Generative AI SHAP (GenAISHAP) is a python library that supports the creation of explanations to the metrics obtained for solutions based on LLMs (Large Language Models) or SLMs (Small Language Models). 

When building an LLM-or-SLM based solution one of the first challenges is how to measure the quality of the responses from the "Agent". Here, libraries like  [RAGAS](https://github.com/explodinggradients/ragas) or [promptflow](https://github.com/microsoft/promptflow) help on the evaluation of the quality of the solution by using metrics like **faithfulness**, **groundedness**, **context precision**, **context recall**, among others.
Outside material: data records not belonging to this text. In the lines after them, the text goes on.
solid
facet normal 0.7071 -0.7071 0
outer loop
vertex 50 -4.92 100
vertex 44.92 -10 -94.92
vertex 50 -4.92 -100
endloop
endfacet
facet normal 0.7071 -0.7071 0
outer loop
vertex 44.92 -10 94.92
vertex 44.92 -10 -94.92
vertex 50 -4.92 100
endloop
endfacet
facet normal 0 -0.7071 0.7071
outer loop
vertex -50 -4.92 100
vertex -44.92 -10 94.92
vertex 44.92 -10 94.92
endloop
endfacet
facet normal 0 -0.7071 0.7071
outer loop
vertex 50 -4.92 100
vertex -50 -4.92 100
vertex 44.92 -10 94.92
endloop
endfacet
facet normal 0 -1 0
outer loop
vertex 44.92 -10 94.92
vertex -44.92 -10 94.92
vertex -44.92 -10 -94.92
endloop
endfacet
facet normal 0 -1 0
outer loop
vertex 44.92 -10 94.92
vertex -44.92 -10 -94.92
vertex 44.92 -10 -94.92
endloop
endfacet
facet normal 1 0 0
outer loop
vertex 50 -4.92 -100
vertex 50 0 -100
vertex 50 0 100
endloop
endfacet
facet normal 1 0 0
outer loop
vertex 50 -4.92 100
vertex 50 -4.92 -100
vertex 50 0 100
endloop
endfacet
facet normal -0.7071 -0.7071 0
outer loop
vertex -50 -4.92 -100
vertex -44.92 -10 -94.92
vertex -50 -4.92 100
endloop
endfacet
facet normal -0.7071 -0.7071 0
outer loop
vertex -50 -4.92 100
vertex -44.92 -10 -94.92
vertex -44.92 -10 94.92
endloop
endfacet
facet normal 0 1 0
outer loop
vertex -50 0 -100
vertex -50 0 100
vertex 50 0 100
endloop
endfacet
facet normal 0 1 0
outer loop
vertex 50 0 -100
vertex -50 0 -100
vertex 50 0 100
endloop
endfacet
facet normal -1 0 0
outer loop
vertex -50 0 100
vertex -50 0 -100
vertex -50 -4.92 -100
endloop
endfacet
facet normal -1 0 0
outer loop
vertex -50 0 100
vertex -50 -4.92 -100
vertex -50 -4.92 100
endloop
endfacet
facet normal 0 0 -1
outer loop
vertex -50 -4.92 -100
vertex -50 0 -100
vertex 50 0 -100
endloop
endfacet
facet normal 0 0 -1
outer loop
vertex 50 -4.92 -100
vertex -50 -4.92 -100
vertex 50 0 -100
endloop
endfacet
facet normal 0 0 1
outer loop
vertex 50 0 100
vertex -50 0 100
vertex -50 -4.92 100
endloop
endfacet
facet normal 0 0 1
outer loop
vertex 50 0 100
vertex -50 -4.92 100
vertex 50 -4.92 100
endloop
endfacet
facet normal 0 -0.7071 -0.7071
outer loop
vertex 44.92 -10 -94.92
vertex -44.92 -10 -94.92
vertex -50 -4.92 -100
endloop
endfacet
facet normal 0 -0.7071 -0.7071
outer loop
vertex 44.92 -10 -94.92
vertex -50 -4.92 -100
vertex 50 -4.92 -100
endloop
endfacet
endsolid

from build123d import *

# Parameters (mm, degrees)
F0_W     = 100
F0_H     = 200
F1_DEPTH = 10
F2_SIZE  = 5.08


# Not quite as in the source:
# - the program builds the solid bodies; features that only make, move or delete a surface that nothing else refers to are left out


with BuildPart() as f1:
    # F0 (on Front) → F1 (new body)
    with BuildSketch(Plane.XZ):
        Rectangle(F0_W, F0_H)
    extrude(amount=F1_DEPTH)

    # F2
    f2_edges = [f1.edges().sort_by_distance(p)[0] for p in [
        (-50, -10, 0),
        (0, -10, 100),
        (0, -10, -100),
        (50, -10, 0),
    ]]
    chamfer(f2_edges, length=F2_SIZE)


solid = f1.part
The open challenge is to add explainability to those quality metrics.  To answer questions like: 

- *Why a particular question is marked with a higher/lower metric (e.g., faithfulness)?*
- *What are the common characteristics of the user questions that produce good or bad **faithfulness**?*
- *What type of prompts produce better or lower **context recall**?*

The answer of those questions helps on the debugging of the overall solution and gives more insights to where to focus the next steps to improve the metrics.

This notebook shows an example of how to create the **Input** for GenAISHAP, which is a simple Pandas DataFrame with the evaluation dataset. This dataset should have at least the following columns:

- User input, question or prompt. Column name should be `user_input` and its type should be string.
- One column for each metric already calculated, for example **faithfulness**, **context precision**, **context recall**.  All numerical columns will be assumed to be a metric column.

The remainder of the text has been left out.